By reasonable estimates, antithrombotic therapy is the most common acquired bleeding disorder. Aspirin is a common yet potent antiplatelet agent used for secondary cardiovascular disease (CVD) prevention and now less commonly for primary prophylaxis. As an over-the-counter (seemingly benign) medication, use of aspirin (for CVD or analgesia) may be underdocumented, under-reported, and perhaps overlooked when patients report medications used to their physicians. Aspirin use is so ingrained in the history of CVD prevention that it sometimes feels impossible to stop aspirin in a patient with known arterial disease, even when current data demonstrate lack of benefit or even harm by continuing it. In patients in whom aspirin has been stopped appropriately, well-intentioned clinical “best practice advisories” built into electronic medical records may inappropriately encourage providers to restart aspirin in patients with stable CVD.
The AFIRE study investigated the risks and benefits of antiplatelet agents in anticoagulated patients.1 The study was a multicenter (294 centers), open-label, randomized controlled trial completed between 2015 and 2017 in patients with nonvalvular atrial fibrillation (CHADS2 score ≥1) with stable coronary artery disease (CAD), defined as a history of percutaneous coronary intervention or coronary artery bypass grafting more than a year before, or angiographically confirmed CAD (>50% stenosis) not requiring intervention. Patients were randomized to rivaroxaban monotherapy (10 mg once daily for creatinine clearance 15-50 or 15 mg once daily for creatinine clearance ≥ 50; dosing approved in Japan) or combination therapy with rivaroxaban and an antiplatelet agent (aspirin or P2Y12 inhibitor). The primary outcome in this post hoc secondary analysis was total number of first and subsequent events (bleeding, thrombotic events, and death) and was adjudicated by an independent committee.

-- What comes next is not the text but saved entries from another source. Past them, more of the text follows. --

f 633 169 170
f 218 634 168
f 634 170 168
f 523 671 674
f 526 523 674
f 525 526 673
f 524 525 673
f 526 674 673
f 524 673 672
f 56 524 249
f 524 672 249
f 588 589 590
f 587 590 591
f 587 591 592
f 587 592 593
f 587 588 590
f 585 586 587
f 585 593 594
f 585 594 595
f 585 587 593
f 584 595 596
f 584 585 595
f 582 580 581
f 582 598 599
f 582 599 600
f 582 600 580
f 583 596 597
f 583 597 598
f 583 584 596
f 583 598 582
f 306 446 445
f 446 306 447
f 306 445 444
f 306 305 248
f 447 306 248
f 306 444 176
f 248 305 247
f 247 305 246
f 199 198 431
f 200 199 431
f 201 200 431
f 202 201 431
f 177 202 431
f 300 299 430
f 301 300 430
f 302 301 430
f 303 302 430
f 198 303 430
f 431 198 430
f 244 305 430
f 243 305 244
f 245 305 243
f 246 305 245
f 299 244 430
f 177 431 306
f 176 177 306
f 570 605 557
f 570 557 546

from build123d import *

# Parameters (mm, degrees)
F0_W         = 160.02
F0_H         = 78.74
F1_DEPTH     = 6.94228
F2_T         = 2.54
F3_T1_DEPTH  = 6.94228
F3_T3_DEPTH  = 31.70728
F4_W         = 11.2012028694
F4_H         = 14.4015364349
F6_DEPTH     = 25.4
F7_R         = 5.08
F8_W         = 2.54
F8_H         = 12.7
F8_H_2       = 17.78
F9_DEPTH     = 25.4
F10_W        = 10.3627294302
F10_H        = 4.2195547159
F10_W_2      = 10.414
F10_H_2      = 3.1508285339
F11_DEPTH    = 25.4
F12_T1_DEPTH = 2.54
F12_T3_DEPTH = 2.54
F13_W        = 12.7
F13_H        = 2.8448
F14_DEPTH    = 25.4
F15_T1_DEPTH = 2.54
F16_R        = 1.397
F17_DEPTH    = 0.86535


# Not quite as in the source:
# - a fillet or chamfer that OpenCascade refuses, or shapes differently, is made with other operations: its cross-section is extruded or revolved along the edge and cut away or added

Researchers included 2,215 of the 2,240 enrolled patients in the modified intention-to-treat analysis. Baseline characteristics and comorbidities were well balanced between treatment groups. Among patients in the combination therapy group with rivaroxaban, 70 percent were on aspirin and 27 percent were on a P2Y12 inhibitor. The total event rate for rivaroxaban monotherapy was 12.2 percent compared to 19.2 percent for combination therapy. Rivaroxaban monotherapy lowered the risk for first (relative risk, 0.69; 95% CI, 0.55-0.87) and subsequent events (relative risk, 0.46; 95% CI, 0.29-0.74) compared to combination therapy. Mortality was also lower with monotherapy (3.7% vs. 6.6%). As might be expected, the incidence of thrombotic events was higher than bleeding and death in patients with monotherapy, and bleeding was higher than thrombotic events with combination therapy. However, in a time-adjusted multivariable Cox regression analysis, monotherapy with rivaroxaban was associated with a lower risk of death when adjusting for first nonfatal bleeding (hazard ratio, 0.57) or first nonfatal thrombotic event (hazard ratio, 0.61). Even among patients with a first nonfatal thrombotic event, the majority of subsequent fatal events were bleeding (75% for rivaroxaban monotherapy and 62% in combination group). The authors concluded that in patients with stable CAD on anticoagulation for nonvalvular atrial fibrillation, rivaroxaban monotherapy was superior to combination therapy.
In Brief
This secondary post hoc analysis of the AFIRE study adds to the strength of the literature for antiplatelet therapy reduction or discontinuation in anticoagulated patients with stable CAD. The improved safety of a single antiplatelet therapy over dual antiplatelet therapy after percutaneous coronary intervention has previously been demonstrated in the PIONEER AF-PCI trial with rivaroxaban, the RE-DUAL PCI trial with dabigatran, the ENTRUST-AF PCI trial with edoxaban, and the AUGUSTUS trial with apixaban. The European Society of Cardiology guidelines, developed with the special contribution of the European Heart Rhythm Association,2 recommends patients requiring anticoagulation for atrial fibrillation to use mono or dual antiplatelet therapy for six to 12 months after percutaneous coronary intervention, and then monotherapy with anticoagulation only (irrespective of the stent type) provided that there were no recurrent ischemic events in the interim.
Although the specific patient population and rivaroxaban dose in the AFIRE study may limit the generalizability, the findings are consistent with the previous literature and in fact align with current guidelines in Europe and the United States. It is unclear whether the results of this study can be extrapolated to a patient population with atherosclerotic vascular disease and venous thromboembolism (with or without associated malignancy) who are initiating anticoagulation. Although limited, similar data do exist in the setting of anticoagulation and antiplatelet therapy in patients with venous thromboembolism.3 When hematologists contribute to the care of bleeding patients on combination antithrombotic therapies or initiate anticoagulation, we must think beyond “stop the clot” and “fear the bleed” and its associated morbidity.
Competing Interests
Dr. Houghton and Dr. Wysokinski indicated no relevant conflicts of interest.